### Exercise brief
In the records that follow, the lines from the one containing "#118=ORIENTED_EDGE('',*,*,#106,.T.);" to the one containing "#124=CLOSED_SHELL('',(#43,#69,#89,#101,#114,#123));", inclusive, are to be given again exactly.
[[ Materials provided, beginning ]]
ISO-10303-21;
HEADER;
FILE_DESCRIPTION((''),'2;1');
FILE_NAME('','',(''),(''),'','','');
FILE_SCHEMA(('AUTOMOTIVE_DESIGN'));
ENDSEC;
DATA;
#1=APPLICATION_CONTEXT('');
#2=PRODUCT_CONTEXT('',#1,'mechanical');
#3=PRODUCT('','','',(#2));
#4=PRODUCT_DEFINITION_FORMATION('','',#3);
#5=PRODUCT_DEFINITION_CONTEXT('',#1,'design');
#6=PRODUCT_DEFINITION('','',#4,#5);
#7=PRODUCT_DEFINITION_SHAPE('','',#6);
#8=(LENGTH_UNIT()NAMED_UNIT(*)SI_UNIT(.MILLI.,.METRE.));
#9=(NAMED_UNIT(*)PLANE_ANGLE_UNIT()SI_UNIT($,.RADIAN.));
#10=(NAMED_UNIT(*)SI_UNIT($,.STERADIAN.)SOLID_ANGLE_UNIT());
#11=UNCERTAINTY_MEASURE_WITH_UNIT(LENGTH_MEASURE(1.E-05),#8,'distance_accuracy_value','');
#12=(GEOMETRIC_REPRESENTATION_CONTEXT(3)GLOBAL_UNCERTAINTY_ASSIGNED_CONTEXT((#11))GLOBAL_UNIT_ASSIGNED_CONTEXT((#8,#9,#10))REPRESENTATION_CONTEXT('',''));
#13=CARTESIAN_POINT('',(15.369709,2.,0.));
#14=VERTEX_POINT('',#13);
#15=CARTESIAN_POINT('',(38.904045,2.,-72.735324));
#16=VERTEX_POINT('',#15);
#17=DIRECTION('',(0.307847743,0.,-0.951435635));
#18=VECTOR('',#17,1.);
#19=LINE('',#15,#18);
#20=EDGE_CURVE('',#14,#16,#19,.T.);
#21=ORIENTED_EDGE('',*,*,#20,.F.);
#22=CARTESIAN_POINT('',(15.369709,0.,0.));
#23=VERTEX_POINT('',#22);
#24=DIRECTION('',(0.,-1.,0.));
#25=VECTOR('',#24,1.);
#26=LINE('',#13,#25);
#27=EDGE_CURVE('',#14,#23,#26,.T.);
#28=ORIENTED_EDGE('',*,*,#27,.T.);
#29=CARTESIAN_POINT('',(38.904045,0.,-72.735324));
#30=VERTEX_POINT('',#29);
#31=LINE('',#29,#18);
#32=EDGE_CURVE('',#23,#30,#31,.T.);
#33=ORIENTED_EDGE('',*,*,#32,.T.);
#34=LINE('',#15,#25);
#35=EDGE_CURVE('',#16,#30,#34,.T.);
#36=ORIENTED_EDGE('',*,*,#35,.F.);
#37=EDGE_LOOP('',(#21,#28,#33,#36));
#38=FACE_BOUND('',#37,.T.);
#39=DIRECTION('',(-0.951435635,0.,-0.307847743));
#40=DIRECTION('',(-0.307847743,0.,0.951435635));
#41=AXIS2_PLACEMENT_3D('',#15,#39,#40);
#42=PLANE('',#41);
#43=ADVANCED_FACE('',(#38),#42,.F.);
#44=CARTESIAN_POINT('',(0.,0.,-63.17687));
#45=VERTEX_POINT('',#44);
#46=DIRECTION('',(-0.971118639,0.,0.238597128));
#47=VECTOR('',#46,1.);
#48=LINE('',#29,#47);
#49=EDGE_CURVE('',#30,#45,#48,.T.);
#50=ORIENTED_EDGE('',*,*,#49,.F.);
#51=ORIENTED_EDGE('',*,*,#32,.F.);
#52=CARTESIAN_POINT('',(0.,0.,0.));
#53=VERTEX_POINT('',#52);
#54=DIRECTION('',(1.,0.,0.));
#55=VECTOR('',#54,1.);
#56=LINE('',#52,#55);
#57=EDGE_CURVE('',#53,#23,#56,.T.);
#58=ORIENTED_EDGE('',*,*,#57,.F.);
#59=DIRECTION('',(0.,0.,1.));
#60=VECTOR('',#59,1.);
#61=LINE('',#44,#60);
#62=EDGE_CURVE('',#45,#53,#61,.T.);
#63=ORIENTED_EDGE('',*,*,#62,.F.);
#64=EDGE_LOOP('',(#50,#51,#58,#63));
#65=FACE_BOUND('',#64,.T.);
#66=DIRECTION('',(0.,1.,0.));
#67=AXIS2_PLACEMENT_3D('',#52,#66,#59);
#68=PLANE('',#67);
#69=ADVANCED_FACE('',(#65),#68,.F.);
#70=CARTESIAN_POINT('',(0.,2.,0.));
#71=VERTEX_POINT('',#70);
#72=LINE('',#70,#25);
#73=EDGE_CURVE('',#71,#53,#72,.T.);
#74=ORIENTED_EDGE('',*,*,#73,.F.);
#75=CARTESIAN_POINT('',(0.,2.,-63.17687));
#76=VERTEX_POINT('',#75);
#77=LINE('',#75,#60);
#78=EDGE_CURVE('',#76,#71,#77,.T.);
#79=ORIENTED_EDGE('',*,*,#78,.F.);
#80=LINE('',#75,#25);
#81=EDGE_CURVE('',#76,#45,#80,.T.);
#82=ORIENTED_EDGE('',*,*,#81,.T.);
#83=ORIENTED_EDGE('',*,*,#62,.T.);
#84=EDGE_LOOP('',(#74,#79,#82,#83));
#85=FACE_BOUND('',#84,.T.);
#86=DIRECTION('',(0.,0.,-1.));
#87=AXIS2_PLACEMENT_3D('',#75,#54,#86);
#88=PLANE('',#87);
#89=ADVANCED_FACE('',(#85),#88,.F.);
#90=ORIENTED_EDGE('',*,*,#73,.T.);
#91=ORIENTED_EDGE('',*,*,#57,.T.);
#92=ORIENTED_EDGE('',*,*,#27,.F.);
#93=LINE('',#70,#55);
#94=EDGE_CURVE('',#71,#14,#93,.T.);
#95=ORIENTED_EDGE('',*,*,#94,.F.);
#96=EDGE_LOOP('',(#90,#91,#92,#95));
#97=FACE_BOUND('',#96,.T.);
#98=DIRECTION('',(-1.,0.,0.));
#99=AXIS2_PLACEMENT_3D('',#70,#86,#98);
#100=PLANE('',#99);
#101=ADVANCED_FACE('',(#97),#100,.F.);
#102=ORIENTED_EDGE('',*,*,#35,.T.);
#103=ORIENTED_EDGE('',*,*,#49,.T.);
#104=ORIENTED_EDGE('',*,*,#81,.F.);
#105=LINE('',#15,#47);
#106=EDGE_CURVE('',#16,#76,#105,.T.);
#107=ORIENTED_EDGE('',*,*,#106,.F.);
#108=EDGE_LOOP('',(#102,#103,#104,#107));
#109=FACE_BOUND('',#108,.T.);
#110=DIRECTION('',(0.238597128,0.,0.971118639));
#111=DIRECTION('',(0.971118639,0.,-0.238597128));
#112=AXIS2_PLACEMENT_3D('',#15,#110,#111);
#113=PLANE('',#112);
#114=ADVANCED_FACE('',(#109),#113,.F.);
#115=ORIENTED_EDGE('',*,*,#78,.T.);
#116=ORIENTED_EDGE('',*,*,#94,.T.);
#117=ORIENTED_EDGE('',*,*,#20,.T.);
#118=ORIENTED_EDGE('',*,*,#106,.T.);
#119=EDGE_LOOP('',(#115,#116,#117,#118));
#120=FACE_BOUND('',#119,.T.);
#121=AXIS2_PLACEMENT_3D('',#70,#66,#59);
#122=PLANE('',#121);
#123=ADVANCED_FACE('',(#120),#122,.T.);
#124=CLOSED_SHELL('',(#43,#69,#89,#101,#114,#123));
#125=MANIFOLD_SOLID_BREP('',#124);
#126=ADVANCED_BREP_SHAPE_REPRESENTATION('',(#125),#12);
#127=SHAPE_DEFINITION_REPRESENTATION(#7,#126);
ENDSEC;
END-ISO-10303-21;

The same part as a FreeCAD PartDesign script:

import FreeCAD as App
import Part
import Sketcher

V = App.Vector


def add_polygon(sketch, points):
    """Adds a closed chain of lines whose ends are joined by coincident constraints."""
    first, n = sketch.GeometryCount, len(points)
    for a, b in zip(points, points[1:] + points[:1]):
        sketch.addGeometry(Part.LineSegment(App.Vector(*a, 0), App.Vector(*b, 0)), False)
    for i in range(n):
        sketch.addConstraint(Sketcher.Constraint("Coincident", first + i, 2, first + (i + 1) % n, 1))

doc = App.newDocument("Part")
params = doc.addObject("Spreadsheet::Sheet", "Params")
for row, (alias, value) in enumerate([
    ("pad1_length", "2 mm"),
], start=1):
    params.set(f"A{row}", alias)
    params.set(f"B{row}", "=" + value)
    params.setAlias(f"B{row}", alias)

body = doc.addObject("PartDesign::Body", "Body")

# Sketch on XZ plane
sketch1 = doc.addObject("Sketcher::SketchObject", "Sketch")
body.addObject(sketch1)
sketch1.AttachmentSupport = (doc.XZ_Plane, [""])
sketch1.MapMode = "FlatFace"
add_polygon(sketch1, [(39, -73), (0, -63), (0, 0), (15, 0)])  # lines 0-3
sketch1.addConstraint(Sketcher.Constraint("Vertical", 1))
sketch1.addConstraint(Sketcher.Constraint("Horizontal", 2))
sketch1.addConstraint(Sketcher.Constraint("Coincident", 1, 2, -1, 1))
sketch1.addConstraint(Sketcher.Constraint("DistanceX", 2, 1, 2, 2, 15.369709))
sketch1.addConstraint(Sketcher.Constraint("DistanceY", 1, 1, 1, 2, 63.17687))
sketch1.addConstraint(Sketcher.Constraint("Distance", 3, 76.447971))
sketch1.addConstraint(Sketcher.Constraint("Distance", 0, 40.061063))
pad1 = doc.addObject("PartDesign::Pad", "Pad")
body.addObject(pad1)
pad1.Profile = sketch1
pad1.setExpression("Length", "Params.pad1_length")
pad1.Reversed = True

doc.recompute()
[[ Materials provided, end ]]
### Response to this exercise
#118=ORIENTED_EDGE('',*,*,#106,.T.);
#119=EDGE_LOOP('',(#115,#116,#117,#118));
#120=FACE_BOUND('',#119,.T.);
#121=AXIS2_PLACEMENT_3D('',#70,#66,#59);
#122=PLANE('',#121);
#123=ADVANCED_FACE('',(#120),#122,.T.);
#124=CLOSED_SHELL('',(#43,#69,#89,#101,#114,#123));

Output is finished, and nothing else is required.